Until now, it has been believed saving Indonesian forests could supply many of these offshore credits quickly and cheaply. ''A post 2012 outcome that puts us on a path to 450 [parts per million of carbon dioxide in the atmosphere] is only achievable with comprehensive coverage of REDD,'' said then climate change minister Penny Wong in 2009, adding that it would reduce the cost of global emission reduction ''by around 20 to 25 per cent''.

The government's National Carbon Offset Standard announced in March makes it possible for businesses to buy forestry credits, with suitable safeguards. But as things stand now, even if a global carbon trade materialises, many wonder if Indonesian forests can ever play a part.

''REDD? It's like farting,'' says one local villager between sips of the famous coffee in Aceh. ''It's like selling air. It doesn't make sense.''

In concept, REDD is simple. Every tonne of carbon locked up in peatlands or inhaled by trees, and saved from logging or palm oil plantations, creates carbon credits. These can be sold to big companies that cannot reduce their own emissions for a lower price and the profits go to the forest communities, local governments and project proponents.

In theory it's a win-win-win: emitting companies gain access to cheap credits; the forests and their orang-utan, tiger and elephant populations are preserved; and the income stream replaces the money on offer from the loggers, miners or palm oil plantations. But these benefits have been excruciatingly slow to emerge.

Anwar Ibrahim is a farmer and a mukim - the leader of several villages - at the edge of the Ulu Masen conservation area. Ibrahim sits with his family on the wooden floor of a hut in one of his paddocks near the village of Sayeng, chuckling robustly. ''They're talking about selling air! But it's not whether I agree or disagree with that expression, it's simply that it doesn't exist, it doesn't happen.''

As a mukim, Ibrahim has attended multiple meetings - he counts 31 since 2007 - on REDD. At a recent meeting they were warned solemnly about potential corruption in a program that does not even exist.
This area was the hardest hit in the 2004 tsunami, and non-government organisations of all sorts have helped rebuild. The only ones, says Ibrahim, whose advice has been worthless are the ones spruiking REDD. ''They invite people and then we all go and sleep in the Hermes [Banda Aceh's only luxury hotel], and after that nothing happens … It's useless. The story of REDD is just a lie.''

Ibrahim is careful to make clear he wouldn't mind being paid cash to save the forests. He turns to me, grinning broadly, and says: ''Australia! Send us your money!'' He insists, however, there is no need for it because the local people have learnt to look after the forest anyway. But about 20 kilometres down the road, the smell of recent burning belies his faith.

Here, near the village of Kayee Lon, the ground is black, the forest devastated. This fire is fresh, was deliberately lit and was designed to clear the forest for palm oil.

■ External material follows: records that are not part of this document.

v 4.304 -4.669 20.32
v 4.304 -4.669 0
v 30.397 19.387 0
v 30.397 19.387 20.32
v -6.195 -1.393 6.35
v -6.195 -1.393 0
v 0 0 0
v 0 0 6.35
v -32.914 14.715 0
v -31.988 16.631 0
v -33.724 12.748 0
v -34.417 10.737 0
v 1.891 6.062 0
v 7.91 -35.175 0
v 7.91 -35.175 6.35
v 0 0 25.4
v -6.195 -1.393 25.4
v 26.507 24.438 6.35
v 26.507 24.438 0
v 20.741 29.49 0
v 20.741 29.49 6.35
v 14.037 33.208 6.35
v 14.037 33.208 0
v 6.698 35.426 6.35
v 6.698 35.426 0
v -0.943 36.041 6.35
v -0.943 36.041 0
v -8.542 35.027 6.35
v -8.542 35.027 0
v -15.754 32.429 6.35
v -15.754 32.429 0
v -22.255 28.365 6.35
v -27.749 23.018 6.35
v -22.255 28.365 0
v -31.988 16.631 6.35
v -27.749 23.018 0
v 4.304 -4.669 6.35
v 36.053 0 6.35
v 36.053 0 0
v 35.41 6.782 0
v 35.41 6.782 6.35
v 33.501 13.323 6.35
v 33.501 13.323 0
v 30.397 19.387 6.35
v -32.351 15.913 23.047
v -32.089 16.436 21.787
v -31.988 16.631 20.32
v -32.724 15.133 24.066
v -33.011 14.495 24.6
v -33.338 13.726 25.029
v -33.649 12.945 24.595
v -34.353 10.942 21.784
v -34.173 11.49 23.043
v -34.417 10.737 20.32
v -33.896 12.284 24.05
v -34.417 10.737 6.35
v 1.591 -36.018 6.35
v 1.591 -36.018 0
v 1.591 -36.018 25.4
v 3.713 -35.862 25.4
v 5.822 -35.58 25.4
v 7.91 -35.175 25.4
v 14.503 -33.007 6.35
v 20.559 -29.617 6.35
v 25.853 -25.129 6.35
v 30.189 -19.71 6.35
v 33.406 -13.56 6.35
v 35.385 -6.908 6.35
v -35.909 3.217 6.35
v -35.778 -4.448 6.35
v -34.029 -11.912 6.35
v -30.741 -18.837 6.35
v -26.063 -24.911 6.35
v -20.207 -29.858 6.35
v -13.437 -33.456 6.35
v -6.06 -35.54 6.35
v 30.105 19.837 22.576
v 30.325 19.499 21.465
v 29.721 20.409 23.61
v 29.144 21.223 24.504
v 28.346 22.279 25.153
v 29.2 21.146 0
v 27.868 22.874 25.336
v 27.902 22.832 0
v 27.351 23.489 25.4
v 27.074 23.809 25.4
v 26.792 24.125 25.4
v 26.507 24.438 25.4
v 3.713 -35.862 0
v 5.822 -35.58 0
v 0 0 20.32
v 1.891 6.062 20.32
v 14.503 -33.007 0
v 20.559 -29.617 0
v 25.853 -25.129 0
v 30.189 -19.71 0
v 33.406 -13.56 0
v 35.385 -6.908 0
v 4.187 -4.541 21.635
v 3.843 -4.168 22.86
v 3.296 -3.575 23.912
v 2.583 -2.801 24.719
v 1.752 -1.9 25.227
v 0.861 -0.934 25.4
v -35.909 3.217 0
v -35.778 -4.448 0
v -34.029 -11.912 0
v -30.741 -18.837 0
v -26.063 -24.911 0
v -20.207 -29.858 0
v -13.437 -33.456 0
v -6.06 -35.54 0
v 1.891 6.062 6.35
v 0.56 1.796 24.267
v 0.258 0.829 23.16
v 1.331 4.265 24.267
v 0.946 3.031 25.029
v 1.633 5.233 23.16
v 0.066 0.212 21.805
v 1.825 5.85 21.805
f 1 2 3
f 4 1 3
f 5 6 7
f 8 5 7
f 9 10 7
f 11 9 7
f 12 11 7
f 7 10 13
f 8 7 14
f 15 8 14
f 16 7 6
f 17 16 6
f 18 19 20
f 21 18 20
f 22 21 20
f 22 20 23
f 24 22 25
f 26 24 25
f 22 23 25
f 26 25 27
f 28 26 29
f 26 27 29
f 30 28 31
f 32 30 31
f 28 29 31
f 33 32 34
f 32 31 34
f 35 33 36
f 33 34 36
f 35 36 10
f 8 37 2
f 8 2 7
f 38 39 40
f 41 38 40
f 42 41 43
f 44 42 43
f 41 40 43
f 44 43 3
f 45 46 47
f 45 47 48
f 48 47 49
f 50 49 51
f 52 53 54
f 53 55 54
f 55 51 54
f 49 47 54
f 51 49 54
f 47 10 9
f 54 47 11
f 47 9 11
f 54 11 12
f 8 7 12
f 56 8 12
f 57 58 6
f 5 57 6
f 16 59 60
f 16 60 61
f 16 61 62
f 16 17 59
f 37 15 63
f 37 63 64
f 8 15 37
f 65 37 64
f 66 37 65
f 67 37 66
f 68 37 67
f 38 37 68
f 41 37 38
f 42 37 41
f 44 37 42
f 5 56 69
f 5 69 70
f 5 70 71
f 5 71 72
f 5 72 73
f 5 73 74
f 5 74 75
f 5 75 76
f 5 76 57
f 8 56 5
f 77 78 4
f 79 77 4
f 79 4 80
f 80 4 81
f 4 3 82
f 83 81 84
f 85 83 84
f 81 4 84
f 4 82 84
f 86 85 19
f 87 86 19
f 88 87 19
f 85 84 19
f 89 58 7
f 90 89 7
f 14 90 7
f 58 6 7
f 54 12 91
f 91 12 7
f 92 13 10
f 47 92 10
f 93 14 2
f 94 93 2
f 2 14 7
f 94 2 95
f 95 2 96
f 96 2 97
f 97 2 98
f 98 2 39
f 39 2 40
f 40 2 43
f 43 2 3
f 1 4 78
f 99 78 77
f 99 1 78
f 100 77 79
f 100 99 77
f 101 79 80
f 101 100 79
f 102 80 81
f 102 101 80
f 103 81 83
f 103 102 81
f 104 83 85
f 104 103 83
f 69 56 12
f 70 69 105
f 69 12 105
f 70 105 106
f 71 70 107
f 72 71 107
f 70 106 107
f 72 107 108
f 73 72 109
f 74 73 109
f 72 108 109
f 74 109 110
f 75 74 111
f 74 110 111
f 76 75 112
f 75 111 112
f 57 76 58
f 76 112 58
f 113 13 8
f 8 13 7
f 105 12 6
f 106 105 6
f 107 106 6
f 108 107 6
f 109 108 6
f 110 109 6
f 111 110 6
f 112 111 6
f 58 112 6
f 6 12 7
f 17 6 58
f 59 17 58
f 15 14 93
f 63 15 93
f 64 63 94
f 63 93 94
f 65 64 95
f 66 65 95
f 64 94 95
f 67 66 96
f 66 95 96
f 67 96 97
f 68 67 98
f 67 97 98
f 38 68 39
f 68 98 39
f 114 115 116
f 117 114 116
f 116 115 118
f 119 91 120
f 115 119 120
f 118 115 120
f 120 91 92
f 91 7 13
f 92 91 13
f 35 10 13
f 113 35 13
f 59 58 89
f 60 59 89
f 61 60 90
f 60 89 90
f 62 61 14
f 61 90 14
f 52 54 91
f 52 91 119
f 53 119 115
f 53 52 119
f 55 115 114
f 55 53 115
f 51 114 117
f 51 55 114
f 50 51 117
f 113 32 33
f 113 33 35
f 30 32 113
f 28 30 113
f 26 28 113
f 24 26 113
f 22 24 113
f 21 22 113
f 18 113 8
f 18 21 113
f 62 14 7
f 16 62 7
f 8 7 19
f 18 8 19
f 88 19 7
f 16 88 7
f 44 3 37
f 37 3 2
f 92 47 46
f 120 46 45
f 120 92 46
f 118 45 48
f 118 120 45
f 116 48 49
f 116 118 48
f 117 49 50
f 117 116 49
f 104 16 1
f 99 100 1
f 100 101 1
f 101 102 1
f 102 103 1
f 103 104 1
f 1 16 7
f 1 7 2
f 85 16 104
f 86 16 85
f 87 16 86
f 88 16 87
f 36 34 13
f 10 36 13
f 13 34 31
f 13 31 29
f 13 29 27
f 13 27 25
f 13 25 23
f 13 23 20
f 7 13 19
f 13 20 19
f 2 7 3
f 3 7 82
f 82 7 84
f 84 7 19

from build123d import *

# Parameters (mm, degrees)
F1_DEPTH      = 25.4
F2_DEPTH      = 6.35
F3_T1_DEPTH   = 61.4532364119
F3_T3_DEPTH   = 60.8896232126
F3_2_T1_DEPTH = 60.8896232126


# Not quite as in the source:
# - a fillet or chamfer that OpenCascade refuses, or shapes differently, is made with other operations: its cross-section is extruded or revolved along the edge and cut away or added


with BuildPart() as f1:
    # F0 (on Top) → F1 (new body)
    with BuildSketch(Plane.XY):
        with BuildLine():
            Line((-34.4173737851, 10.7368634857), (0, 0))
            Line((0, 0), (1.891066931, 6.0618780805))
            Line((1.891066931, 6.0618780805), (-31.9882667756, 16.6308942775))
            ThreePointArc((-31.9882667756, 16.6308942775), (-33.3333492813, 13.737673801), (-34.4173737851, 10.7368634857))
        make_face()
    extrude(amount=F1_DEPTH)

    # F3: fillet of radius 5.08 on 2 edges, made by hand

    # F3_s2 → F3_t1 (cut)
    with BuildSketch(Plane(origin=(-46.541129946, 14.5189973478, 0), x_dir=(0, 0, 1), z_dir=(0.9546264694, -0.2978058159, 0))):
        with BuildLine():
            ThreePointArc((20.32, 0), (23.9121024484, -1.4878975516), (25.4, -5.08))
            Line((25.4, -5.08), (25.4, 0))
            Line((25.4, 0), (20.32, 0))
        make_face()
    extrude(amount=F3_T1_DEPTH, mode=Mode.SUBTRACT)

    # F3_s4 → F3_t3 (cut)
    with BuildSketch(Plane(origin=(12.1237561609, -3.782133862, 0), x_dir=(0, 0, 1), z_dir=(-0.9546264694, 0.2978058159, 0))):
        with BuildLine():
            ThreePointArc((20.32, 6.35), (23.9121024484, 4.8621024484), (25.4, 1.27))
            Line((25.4, 1.27), (25.4, 6.35))
            Line((25.4, 6.35), (20.32, 6.35))
        make_face()
    extrude(amount=F3_T3_DEPTH, mode=Mode.SUBTRACT)


with BuildPart() as f1b:
    # F0 (on Top) → F1, piece 2 (new body)
    with BuildSketch(Plane.XY):
        with BuildLine():
            ThreePointArc((1.5913564558, -36.0180987894), (4.7695001401, -35.7363641714), (7.9102903569, -35.1747517723))
            Line((7.9102903569, -35.1747517723), (0, 0))
            Line((0, 0), (-6.1952738778, -1.3932270377))
            Line((-6.1952738778, -1.3932270377), (1.5913564558, -36.0180987894))
        make_face()
    extrude(amount=F1_DEPTH)


with BuildPart() as f1c:
    # F0 (on Top) → F1, piece 3 (new body)
    with BuildSketch(Plane.XY):
        with BuildLine():
            Line((4.3042069468, -4.6686510427), (30.3969103198, 19.3872045119))
            ThreePointArc((30.3969103198, 19.3872045119), (28.5638491413, 21.9986903703), (26.5070834282, 24.4378882866))
            Line((26.5070834282, 24.4378882866), (0, 0))
            Line((0, 0), (4.3042069468, -4.6686510427))
        make_face()
    extrude(amount=F1_DEPTH)

    # F3#2: fillet of radius 5.08 on 1 edges, made by hand

    # F3_2_s2 → F3_2_t1 (cut)
    with BuildSketch(Plane(origin=(-9.3373020855, -8.6084138936, 0), x_dir=(0, 0, 1), z_dir=(0.7352206367, 0.6778278656, 0))):
        with BuildLine():
            ThreePointArc((20.32, 6.35), (23.9121024484, 4.8621024484), (25.4, 1.27))
            Line((25.4, 1.27), (25.4, 6.35))
            Line((25.4, 6.35), (20.32, 6.35))
        make_face()
    extrude(amount=F3_2_T1_DEPTH, mode=Mode.SUBTRACT)


with BuildPart() as f2:
    # F0 (on Top) → F2 (new body)
    with BuildSketch(Plane.XY):
        with BuildLine():
            ThreePointArc((-34.4173737851, 10.7368634857), (-28.5638491413, -21.9986903703), (1.5913564558, -36.0180987894))
            Line((1.5913564558, -36.0180987894), (-6.1952738778, -1.3932270377))
            Line((-6.1952738778, -1.3932270377), (0, 0))
            Line((0, 0), (-34.4173737851, 10.7368634857))
        make_face()
    extrude(amount=F2_DEPTH)


with BuildPart() as f2b:
    # F0 (on Top) → F2, piece 2 (new body)
    with BuildSketch(Plane.XY):
        with BuildLine():
            ThreePointArc((7.9102903569, -35.1747517723), (28.1516200608, -22.523812815), (36.0532364119, 0))
            ThreePointArc((36.0532364119, 0), (34.6102791792, 10.0977438526), (30.3969103198, 19.3872045119))
            Line((30.3969103198, 19.3872045119), (4.3042069468, -4.6686510427))
            Line((4.3042069468, -4.6686510427), (0, 0))
            Line((0, 0), (7.9102903569, -35.1747517723))
        make_face()
    extrude(amount=F2_DEPTH)


with BuildPart() as f2c:
    # F0 (on Top) → F2, piece 3 (new body)
    with BuildSketch(Plane.XY):
        with BuildLine():
            Line((0, 0), (26.5070834282, 24.4378882866))
            ThreePointArc((26.5070834282, 24.4378882866), (-4.7695001401, 35.7363641714), (-31.9882667756, 16.6308942775))
            Line((-31.9882667756, 16.6308942775), (1.891066931, 6.0618780805))
            Line((1.891066931, 6.0618780805), (0, 0))
        make_face()
    extrude(amount=F2_DEPTH)


solid = Compound([f1.part, f1b.part, f1c.part, f2.part, f2b.part, f2c.part])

An 11-man crew is clearing the burnt trees then cutting down more for firewood. Their leader, Safari, says they have been working for local land-owners since 2007, busily clearing forests at the rate of about 15 trees per day.

The ground underfoot is soft. Step too heavily and your foot sinks deep. This is peat and it contains millions of tonnes of carbon dioxide. As long as the water-soaked forest is intact, the carbon remains locked in place. But as soon as it is cut and burnt, then drained via canals for agriculture, the woody mass - which can be metres thick - decomposes, releasing its stores of carbon dioxide into the atmosphere.

Sumatra, Borneo and West Papua have among the richest peat forests in the world. Those in Borneo alone hold up to 70 times the carbon emitted annually by the combustion of fossil fuels worldwide.
The forest in this beautiful, mountainous province remains relatively intact because for decades the fierce combatants in the Free Aceh Movement's separatist battle against Indonesia used it for refuge. But that is beginning to change as people seek out economic opportunities.

The burning in Kayee Lon is probably illegal. Under national laws, clearing deep peat is prohibited. But good luck getting these laws enforced. On one fire-scarred plot, marked and unmarked police cars unload oil palm seedlings. Workers tell us ''high-ranking officials'' from the Aceh police force actually own the land. ''Everyone has a permit,'' insists a worker, Syukul, on a neighbouring piece of land.
This may well be true. In rural Indonesia, land title is rarely clear. And it's not just the forest that's tangled and impenetrable.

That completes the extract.